Le personnel navigant et mécanicien s’est montré à la hauteur de sa tâche :

–                     Le personnel navigant en exécutant avec le plus bel esprit de sacrifice des missions périlleuses dans un pays rébarbatif où la panne pardonne rarement et sur un matériel peu adapté à ce genre de mission ;

–                     Le personnel mécanicien en travaillant jour et nuit pour lutter contre les éléments contraires et maintenir le matériel au potentiel maximum.

L’attention du commandant est particulièrement à attirer sur l’effort extraordinaire fourni par les équipages des 4 avions du détachement des FA du Tchad. Avec un matériel fatigué ou complètement inapte à la navigation, ils ont exécuté des missions chaque jour, quelques soient les conditions météorologiques, atterrissant sur un terrain de fortune en territoire ennemi, terrain non gardé malgré les assurances données par les troupes. Ils ont grandement aidé au sauvetage du Blenheim et du ” Bombay ” posés au sud du Jef-Jef.

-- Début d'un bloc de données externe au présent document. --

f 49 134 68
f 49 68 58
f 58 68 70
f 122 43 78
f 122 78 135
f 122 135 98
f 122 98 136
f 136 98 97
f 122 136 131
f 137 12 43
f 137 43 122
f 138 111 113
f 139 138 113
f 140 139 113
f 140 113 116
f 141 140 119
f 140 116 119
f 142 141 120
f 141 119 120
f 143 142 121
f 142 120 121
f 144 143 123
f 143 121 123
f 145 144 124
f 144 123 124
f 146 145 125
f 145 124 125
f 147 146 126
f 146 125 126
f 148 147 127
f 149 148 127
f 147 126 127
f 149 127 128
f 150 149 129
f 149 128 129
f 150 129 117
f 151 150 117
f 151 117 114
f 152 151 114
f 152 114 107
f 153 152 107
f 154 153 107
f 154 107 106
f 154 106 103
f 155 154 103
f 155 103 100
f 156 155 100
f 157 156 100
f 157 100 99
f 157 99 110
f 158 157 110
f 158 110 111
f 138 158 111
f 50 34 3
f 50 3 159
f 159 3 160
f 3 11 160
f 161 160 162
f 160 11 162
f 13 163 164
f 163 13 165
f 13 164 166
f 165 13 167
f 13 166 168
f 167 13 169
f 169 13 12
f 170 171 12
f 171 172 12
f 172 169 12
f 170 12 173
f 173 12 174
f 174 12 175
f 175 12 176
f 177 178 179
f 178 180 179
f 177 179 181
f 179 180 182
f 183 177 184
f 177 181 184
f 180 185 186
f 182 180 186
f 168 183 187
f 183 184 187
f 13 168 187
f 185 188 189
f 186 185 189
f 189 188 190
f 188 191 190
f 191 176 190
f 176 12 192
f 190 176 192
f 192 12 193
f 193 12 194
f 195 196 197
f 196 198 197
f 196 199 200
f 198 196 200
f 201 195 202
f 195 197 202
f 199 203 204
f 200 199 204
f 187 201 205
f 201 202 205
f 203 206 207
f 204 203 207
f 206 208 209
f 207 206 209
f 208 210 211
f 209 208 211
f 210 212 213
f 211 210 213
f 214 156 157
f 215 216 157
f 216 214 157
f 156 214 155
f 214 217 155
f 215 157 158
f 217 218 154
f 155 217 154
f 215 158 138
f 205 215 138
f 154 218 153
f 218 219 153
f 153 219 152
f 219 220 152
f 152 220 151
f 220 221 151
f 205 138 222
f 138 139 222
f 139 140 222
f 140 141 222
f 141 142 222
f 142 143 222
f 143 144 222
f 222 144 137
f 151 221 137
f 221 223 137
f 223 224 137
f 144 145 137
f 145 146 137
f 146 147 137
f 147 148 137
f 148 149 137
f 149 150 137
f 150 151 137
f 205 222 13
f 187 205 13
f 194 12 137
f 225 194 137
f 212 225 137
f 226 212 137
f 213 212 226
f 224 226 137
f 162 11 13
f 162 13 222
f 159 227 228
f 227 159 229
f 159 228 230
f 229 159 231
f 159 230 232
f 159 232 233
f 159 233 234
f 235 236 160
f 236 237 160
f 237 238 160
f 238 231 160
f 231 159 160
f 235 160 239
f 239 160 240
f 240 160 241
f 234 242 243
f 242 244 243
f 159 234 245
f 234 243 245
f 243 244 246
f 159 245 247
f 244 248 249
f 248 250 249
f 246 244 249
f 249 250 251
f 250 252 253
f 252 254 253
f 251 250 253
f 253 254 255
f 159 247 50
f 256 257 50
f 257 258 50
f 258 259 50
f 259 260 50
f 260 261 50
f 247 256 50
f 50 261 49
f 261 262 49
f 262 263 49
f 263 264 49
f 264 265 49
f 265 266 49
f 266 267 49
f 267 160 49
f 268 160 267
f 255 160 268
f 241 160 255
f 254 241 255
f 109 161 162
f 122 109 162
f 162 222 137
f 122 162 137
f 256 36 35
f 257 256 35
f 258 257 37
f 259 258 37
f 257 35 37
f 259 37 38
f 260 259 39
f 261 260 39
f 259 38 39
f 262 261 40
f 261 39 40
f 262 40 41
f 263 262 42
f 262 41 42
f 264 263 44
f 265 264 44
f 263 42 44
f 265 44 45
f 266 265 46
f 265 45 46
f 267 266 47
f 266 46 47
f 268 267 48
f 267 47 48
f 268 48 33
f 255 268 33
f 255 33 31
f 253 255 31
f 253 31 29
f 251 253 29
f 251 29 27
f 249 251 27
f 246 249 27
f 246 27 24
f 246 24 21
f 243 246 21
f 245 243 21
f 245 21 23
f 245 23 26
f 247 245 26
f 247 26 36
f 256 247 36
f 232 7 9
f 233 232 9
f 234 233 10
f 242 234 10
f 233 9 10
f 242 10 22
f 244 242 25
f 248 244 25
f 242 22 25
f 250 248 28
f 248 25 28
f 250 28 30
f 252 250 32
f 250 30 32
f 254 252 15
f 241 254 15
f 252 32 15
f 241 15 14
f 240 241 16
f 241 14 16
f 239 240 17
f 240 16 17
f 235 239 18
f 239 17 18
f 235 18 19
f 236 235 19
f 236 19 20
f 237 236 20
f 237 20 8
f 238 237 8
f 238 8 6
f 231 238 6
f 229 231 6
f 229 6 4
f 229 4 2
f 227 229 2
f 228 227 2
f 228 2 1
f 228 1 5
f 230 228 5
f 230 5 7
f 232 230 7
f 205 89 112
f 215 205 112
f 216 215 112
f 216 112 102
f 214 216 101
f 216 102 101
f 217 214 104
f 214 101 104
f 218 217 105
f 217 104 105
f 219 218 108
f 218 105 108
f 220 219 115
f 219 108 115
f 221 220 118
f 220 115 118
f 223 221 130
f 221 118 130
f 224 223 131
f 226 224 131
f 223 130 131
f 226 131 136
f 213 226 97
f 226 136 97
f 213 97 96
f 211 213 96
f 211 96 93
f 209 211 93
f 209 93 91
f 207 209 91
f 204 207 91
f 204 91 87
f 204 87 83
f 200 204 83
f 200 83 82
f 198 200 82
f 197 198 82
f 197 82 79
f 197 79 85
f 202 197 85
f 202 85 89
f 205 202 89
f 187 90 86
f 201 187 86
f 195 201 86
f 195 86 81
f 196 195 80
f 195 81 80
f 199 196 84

Le personnel navigant qui a participé à de telles opérations est mûr pour toutes les missions, car rares seront mis à l’épreuve avec une telle intensité.

Lorsque d’autres missions auront permis à l’ensemble des équipages d’acquérir une discipline de vol totale, le Groupe sera digne des Groupes de bombardement de jour qui avaient la maîtrise du ciel en 1918.

REDDITION DE KOUFRA 1ER MARS 1941

 

REDDITION DE KOUFRA 1ER MARS 1941

Entre MM.

–   le colonel Leclerc commandant les troupes françaises
–   le capitaine Colonna commandant la place de Koufra

Ont été arrêtées les conditions suivantes de reddition.

1)                 Un hôpital mixte pour blessés français et italiens organisé immédiatement sous la direction du médecin dans les locaux sanitaires situés près de la […]

2)                 Tout le matériel d’armement collectif + individuel et automobile sera maintenu en place, les armes en position à l’extérieur du fort seront rapportées dans l’enceinte dans un local désigné par le commandant.

3)                 Aussitôt après la signature la section française composée uniquement d’européens prendra possession du fort : le bastion et le fort seront occupés.

4)                 La garnison est autorisée à envoyer des messages radio privés et sera ensuite autorisée à mettre hors d’état le poste radio.

5)                 Toute la garnison sera rassemblée à 14h sans arme dans la cour et sera passée en revue par le colonel Leclerc ; les Askaris seront ensuite dirigés en ordre sur leur camp. Commandement du camp des Askaris Lt Fabre ayant comme adjoint un officier italien.

Le commandement français prendra toutes les dispositions pour assurer aussi rapidement que possible :

–                     Le retour des armées des Askaris originaires de Koufra

–                     La libération des Askaris étrangers à l’oasis.

6)                 Les officiers, sous-officiers et hommes de troupes nationaux italiens seront dirigés le plus tôt possible sur Faya et Fort-Lamy et le général commandant supérieur règlera leur stationnement.

7)                 Dès la signature du présent acte, le commandant du Fort du Tag passe au colonel Leclerc autorité militaire sur son poste de commandement.